AVAILABLE DATA -

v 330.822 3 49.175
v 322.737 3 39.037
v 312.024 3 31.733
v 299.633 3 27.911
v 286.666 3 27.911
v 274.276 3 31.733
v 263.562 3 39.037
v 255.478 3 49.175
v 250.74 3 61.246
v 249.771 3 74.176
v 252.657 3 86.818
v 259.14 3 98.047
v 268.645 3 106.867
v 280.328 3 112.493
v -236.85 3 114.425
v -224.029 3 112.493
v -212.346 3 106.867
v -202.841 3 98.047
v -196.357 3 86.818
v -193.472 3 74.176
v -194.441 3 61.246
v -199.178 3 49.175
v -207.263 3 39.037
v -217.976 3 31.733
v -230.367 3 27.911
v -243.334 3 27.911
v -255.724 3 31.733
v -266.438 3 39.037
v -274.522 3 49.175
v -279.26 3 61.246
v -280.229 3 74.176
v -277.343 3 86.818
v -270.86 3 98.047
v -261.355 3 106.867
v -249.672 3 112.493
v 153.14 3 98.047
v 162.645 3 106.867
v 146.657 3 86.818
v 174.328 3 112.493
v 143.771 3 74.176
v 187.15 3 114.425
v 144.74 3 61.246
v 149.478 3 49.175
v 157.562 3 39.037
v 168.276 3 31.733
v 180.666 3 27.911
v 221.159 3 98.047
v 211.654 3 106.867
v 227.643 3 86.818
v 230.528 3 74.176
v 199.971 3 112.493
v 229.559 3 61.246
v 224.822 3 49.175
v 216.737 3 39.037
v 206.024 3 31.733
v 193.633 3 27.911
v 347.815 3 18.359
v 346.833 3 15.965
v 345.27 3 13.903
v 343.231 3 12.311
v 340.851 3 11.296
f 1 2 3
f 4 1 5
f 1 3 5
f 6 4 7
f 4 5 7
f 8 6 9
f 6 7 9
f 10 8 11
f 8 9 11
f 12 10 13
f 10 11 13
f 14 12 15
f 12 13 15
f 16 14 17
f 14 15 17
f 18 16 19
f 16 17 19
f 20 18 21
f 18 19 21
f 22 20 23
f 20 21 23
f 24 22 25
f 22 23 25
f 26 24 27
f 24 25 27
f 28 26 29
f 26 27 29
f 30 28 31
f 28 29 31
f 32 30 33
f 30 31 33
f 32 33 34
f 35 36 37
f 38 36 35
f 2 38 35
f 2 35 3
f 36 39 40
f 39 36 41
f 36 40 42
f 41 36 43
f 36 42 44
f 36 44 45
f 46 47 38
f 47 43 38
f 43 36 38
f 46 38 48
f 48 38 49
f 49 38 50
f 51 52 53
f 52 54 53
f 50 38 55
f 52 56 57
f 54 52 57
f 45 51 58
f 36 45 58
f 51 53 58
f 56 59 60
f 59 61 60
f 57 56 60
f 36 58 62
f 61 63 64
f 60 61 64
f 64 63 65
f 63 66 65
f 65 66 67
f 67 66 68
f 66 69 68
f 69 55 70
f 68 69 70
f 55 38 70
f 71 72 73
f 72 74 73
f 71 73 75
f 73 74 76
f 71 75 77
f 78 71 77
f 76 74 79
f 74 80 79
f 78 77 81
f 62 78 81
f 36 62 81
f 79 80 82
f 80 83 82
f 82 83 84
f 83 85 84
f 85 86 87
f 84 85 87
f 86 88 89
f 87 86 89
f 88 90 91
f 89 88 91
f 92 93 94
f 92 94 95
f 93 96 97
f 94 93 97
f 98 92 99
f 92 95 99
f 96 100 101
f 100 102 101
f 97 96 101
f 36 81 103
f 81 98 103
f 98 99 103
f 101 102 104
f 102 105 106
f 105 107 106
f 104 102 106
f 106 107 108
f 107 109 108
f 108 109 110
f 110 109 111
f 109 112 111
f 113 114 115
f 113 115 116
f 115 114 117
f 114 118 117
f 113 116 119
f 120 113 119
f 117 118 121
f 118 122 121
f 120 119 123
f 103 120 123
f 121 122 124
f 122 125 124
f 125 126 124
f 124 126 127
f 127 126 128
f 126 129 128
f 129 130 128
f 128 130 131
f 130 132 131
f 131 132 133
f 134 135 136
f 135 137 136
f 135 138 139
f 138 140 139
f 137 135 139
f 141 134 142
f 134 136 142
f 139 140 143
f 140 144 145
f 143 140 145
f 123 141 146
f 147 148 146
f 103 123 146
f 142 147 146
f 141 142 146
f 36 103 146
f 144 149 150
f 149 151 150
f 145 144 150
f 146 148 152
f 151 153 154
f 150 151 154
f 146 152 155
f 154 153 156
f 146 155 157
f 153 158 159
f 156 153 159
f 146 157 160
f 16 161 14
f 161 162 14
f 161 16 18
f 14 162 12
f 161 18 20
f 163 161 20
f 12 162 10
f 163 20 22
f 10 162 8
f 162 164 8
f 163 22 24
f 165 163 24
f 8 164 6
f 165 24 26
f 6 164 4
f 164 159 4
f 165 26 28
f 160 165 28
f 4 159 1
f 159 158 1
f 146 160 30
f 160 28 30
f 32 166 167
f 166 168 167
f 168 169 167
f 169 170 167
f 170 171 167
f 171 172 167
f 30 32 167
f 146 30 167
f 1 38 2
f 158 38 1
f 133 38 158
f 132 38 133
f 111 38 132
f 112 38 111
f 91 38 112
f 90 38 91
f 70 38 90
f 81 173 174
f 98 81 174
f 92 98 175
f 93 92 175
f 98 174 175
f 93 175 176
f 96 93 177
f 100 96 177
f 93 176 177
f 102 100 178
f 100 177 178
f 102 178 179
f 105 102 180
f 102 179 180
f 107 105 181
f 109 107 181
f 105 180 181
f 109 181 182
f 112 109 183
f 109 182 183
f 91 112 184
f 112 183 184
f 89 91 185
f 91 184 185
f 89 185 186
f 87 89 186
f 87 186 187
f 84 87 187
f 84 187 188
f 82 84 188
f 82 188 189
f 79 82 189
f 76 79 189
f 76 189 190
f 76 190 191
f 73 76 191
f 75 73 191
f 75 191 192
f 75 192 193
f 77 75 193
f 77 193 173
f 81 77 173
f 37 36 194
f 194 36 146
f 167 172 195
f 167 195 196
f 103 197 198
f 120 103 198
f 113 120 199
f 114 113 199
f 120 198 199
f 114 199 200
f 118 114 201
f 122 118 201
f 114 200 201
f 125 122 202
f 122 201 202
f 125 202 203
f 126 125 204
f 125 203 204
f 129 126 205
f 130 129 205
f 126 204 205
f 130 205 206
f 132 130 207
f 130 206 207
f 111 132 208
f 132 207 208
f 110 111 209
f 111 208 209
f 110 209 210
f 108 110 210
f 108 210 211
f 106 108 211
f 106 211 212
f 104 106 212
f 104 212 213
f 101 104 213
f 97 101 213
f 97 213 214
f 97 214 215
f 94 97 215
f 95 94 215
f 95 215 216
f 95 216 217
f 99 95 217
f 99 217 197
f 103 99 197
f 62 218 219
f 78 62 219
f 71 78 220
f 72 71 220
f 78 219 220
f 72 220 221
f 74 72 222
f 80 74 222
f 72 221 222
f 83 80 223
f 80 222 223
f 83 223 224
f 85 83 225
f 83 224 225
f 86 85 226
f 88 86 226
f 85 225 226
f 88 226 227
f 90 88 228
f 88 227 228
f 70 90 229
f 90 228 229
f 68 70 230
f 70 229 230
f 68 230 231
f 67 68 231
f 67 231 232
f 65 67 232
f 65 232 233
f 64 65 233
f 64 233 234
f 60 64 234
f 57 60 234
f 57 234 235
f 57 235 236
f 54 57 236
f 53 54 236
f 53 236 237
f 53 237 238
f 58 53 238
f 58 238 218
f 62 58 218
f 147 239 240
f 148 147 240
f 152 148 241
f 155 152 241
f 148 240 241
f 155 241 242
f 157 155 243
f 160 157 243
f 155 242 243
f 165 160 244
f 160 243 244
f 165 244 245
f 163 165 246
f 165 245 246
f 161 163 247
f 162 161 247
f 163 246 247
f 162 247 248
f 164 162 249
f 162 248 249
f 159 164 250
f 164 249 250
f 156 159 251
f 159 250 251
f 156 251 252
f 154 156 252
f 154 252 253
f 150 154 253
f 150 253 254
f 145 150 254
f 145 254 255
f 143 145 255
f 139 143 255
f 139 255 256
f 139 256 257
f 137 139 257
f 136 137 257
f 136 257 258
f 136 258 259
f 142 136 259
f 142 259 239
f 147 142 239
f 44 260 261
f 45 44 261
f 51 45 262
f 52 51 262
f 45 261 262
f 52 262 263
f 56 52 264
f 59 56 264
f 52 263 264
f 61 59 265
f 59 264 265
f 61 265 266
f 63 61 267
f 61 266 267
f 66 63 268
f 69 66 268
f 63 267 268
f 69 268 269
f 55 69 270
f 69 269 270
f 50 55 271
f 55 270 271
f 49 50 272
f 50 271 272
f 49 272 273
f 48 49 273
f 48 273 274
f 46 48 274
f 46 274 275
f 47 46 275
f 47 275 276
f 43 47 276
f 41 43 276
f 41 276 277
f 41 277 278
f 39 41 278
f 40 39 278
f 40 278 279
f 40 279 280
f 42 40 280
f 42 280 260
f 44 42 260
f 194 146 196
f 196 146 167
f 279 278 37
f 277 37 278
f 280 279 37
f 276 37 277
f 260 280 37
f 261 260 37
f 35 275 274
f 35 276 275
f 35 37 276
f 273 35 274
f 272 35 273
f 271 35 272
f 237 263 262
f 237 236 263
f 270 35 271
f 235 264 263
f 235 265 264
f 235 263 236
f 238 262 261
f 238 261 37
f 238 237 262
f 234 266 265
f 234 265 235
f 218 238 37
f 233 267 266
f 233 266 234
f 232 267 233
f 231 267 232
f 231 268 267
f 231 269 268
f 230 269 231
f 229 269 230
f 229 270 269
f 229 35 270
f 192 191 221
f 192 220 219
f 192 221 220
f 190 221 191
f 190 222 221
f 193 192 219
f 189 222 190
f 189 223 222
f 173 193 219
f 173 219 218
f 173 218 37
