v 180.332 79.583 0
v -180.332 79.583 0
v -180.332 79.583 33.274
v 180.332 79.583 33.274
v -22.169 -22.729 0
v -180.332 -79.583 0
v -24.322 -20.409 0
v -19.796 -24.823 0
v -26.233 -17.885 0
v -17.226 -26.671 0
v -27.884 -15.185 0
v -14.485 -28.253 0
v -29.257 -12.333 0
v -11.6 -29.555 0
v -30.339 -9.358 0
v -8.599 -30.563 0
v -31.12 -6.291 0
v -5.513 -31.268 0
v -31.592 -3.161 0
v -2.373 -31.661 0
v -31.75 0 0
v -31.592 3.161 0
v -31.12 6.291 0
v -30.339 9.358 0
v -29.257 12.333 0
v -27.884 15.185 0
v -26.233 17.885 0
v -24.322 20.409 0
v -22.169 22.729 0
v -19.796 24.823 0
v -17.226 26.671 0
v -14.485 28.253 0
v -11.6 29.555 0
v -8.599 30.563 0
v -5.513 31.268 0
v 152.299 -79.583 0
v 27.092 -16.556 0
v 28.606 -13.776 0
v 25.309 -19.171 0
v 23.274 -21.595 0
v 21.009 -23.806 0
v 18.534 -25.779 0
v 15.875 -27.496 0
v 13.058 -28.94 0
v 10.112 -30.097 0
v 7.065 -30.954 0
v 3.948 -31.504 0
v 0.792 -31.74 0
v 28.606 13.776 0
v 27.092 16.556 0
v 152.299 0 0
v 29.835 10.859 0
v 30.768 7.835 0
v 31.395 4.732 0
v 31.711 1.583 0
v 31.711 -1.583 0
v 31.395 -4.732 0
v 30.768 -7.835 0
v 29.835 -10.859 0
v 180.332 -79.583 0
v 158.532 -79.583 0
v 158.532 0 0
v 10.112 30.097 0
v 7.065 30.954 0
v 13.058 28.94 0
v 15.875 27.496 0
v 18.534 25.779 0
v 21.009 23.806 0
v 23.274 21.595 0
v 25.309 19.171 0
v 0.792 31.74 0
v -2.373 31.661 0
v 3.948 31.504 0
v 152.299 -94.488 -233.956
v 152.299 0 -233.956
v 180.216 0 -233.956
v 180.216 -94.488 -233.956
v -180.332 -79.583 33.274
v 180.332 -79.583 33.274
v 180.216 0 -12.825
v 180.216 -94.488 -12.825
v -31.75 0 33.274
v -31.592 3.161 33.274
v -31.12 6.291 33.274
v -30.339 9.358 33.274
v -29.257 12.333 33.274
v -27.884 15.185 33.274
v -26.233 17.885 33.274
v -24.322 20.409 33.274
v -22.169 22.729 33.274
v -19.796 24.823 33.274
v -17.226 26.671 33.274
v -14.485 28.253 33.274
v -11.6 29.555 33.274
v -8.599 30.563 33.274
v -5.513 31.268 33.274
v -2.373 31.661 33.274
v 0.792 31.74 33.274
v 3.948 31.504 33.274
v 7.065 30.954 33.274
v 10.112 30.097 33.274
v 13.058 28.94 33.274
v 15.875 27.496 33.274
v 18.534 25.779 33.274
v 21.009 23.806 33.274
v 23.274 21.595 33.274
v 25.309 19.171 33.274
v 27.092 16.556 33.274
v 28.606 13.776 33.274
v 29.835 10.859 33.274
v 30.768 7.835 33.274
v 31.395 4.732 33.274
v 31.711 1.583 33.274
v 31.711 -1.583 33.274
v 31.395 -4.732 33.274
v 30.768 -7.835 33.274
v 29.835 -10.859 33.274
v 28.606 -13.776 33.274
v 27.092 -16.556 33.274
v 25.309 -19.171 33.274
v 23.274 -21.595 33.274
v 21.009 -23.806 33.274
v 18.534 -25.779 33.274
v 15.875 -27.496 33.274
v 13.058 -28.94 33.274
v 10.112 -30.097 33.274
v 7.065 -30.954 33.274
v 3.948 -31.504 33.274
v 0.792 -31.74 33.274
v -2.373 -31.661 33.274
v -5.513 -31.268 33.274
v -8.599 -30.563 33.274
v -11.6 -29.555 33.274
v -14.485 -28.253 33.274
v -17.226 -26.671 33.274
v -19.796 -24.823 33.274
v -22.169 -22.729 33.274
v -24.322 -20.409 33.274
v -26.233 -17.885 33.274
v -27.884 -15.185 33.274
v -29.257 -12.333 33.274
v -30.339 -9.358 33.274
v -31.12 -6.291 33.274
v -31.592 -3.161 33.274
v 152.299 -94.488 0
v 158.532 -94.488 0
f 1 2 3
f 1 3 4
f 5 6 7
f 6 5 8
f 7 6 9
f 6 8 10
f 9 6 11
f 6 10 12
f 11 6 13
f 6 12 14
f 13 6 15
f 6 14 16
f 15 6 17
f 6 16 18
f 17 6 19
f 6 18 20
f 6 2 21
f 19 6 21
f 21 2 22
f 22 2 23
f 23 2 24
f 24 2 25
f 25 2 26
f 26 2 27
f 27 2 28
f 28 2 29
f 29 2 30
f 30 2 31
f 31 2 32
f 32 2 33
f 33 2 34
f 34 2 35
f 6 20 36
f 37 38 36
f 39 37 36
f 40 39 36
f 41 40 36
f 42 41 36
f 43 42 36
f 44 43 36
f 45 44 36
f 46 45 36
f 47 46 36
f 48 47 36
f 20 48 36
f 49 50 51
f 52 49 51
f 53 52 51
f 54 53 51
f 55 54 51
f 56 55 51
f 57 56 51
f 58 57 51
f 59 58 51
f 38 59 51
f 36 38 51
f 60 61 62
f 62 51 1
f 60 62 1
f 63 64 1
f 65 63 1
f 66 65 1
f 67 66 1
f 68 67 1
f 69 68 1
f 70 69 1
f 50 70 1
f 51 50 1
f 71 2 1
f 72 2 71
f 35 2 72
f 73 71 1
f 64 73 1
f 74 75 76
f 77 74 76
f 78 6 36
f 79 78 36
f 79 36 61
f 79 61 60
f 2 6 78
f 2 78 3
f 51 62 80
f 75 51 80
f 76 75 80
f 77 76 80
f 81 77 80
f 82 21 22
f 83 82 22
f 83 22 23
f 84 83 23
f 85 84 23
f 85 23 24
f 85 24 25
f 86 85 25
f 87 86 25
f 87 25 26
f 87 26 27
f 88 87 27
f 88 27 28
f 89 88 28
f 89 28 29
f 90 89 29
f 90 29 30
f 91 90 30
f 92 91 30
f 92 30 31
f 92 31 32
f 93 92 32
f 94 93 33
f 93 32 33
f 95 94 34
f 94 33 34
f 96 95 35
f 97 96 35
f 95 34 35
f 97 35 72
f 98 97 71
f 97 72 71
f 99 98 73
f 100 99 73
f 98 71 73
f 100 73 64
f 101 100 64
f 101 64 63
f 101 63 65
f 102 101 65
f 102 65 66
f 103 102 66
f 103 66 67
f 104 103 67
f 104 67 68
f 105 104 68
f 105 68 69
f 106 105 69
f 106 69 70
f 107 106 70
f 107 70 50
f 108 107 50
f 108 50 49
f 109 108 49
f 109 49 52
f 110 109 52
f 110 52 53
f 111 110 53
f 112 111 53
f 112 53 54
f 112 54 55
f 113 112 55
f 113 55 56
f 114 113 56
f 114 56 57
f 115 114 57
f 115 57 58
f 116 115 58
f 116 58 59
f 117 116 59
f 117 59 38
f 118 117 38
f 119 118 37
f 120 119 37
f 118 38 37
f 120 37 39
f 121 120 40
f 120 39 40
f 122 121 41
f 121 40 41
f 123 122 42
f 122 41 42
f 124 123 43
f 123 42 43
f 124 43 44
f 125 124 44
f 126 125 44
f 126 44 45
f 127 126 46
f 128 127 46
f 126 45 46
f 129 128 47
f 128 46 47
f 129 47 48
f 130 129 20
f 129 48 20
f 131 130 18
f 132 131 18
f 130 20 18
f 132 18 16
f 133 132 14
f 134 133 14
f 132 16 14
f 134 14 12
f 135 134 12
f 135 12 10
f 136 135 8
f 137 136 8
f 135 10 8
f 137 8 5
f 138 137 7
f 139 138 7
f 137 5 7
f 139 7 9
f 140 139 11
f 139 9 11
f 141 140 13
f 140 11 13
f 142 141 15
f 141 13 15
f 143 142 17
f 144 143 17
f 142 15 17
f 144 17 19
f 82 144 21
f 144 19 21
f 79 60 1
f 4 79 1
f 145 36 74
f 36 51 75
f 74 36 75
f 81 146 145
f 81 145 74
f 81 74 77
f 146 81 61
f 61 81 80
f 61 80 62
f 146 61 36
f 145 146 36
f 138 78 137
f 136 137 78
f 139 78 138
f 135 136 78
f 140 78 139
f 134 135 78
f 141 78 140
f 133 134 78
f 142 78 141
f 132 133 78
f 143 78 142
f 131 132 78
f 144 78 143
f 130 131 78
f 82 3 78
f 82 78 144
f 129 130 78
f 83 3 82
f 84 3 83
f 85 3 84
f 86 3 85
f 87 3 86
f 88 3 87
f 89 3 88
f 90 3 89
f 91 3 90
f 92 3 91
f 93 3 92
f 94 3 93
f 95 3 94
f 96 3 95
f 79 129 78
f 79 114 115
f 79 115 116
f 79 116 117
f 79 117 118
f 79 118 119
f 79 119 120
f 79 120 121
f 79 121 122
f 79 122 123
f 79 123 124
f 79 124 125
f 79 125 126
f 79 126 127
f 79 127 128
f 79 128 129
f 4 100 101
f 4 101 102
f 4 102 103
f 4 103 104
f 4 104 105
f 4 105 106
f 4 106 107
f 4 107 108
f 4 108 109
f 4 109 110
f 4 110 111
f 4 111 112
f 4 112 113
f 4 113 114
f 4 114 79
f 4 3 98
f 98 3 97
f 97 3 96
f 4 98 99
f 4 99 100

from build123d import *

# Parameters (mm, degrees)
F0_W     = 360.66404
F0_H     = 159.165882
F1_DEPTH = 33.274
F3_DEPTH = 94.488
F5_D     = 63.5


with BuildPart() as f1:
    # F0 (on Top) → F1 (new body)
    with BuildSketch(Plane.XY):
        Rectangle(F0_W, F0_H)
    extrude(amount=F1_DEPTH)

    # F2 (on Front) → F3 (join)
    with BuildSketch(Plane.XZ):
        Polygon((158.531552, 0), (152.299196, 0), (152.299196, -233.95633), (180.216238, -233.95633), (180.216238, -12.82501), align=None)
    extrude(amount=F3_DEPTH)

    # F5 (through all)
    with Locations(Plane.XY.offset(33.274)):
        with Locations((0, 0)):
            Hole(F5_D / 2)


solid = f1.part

WHAT YOU SHOULD DO -
Return exactly, and only, the lines above starting at the line that contains "f 68 70 230" and ending at the line that contains "f 229 269 230".

TASK RESULT -
f 68 70 230
f 70 229 230
f 68 230 231
f 67 68 231
f 67 231 232
f 65 67 232
f 65 232 233
f 64 65 233
f 64 233 234
f 60 64 234
f 57 60 234
f 57 234 235
f 57 235 236
f 54 57 236
f 53 54 236
f 53 236 237
f 53 237 238
f 58 53 238
f 58 238 218
f 62 58 218
f 147 239 240
f 148 147 240
f 152 148 241
f 155 152 241
f 148 240 241
f 155 241 242
f 157 155 243
f 160 157 243
f 155 242 243
f 165 160 244
f 160 243 244
f 165 244 245
f 163 165 246
f 165 245 246
f 161 163 247
f 162 161 247
f 163 246 247
f 162 247 248
f 164 162 249
f 162 248 249
f 159 164 250
f 164 249 250
f 156 159 251
f 159 250 251
f 156 251 252
f 154 156 252
f 154 252 253
f 150 154 253
f 150 253 254
f 145 150 254
f 145 254 255
f 143 145 255
f 139 143 255
f 139 255 256
f 139 256 257
f 137 139 257
f 136 137 257
f 136 257 258
f 136 258 259
f 142 136 259
f 142 259 239
f 147 142 239
f 44 260 261
f 45 44 261
f 51 45 262
f 52 51 262
f 45 261 262
f 52 262 263
f 56 52 264
f 59 56 264
f 52 263 264
f 61 59 265
f 59 264 265
f 61 265 266
f 63 61 267
f 61 266 267
f 66 63 268
f 69 66 268
f 63 267 268
f 69 268 269
f 55 69 270
f 69 269 270
f 50 55 271
f 55 270 271
f 49 50 272
f 50 271 272
f 49 272 273
f 48 49 273
f 48 273 274
f 46 48 274
f 46 274 275
f 47 46 275
f 47 275 276
f 43 47 276
f 41 43 276
f 41 276 277
f 41 277 278
f 39 41 278
f 40 39 278
f 40 278 279
f 40 279 280
f 42 40 280
f 42 280 260
f 44 42 260
f 194 146 196
f 196 146 167
f 279 278 37
f 277 37 278
f 280 279 37
f 276 37 277
f 260 280 37
f 261 260 37
f 35 275 274
f 35 276 275
f 35 37 276
f 273 35 274
f 272 35 273
f 271 35 272
f 237 263 262
f 237 236 263
f 270 35 271
f 235 264 263
f 235 265 264
f 235 263 236
f 238 262 261
f 238 261 37
f 238 237 262
f 234 266 265
f 234 265 235
f 218 238 37
f 233 267 266
f 233 266 234
f 232 267 233
f 231 267 232
f 231 268 267
f 231 269 268
f 230 269 231
f 229 269 230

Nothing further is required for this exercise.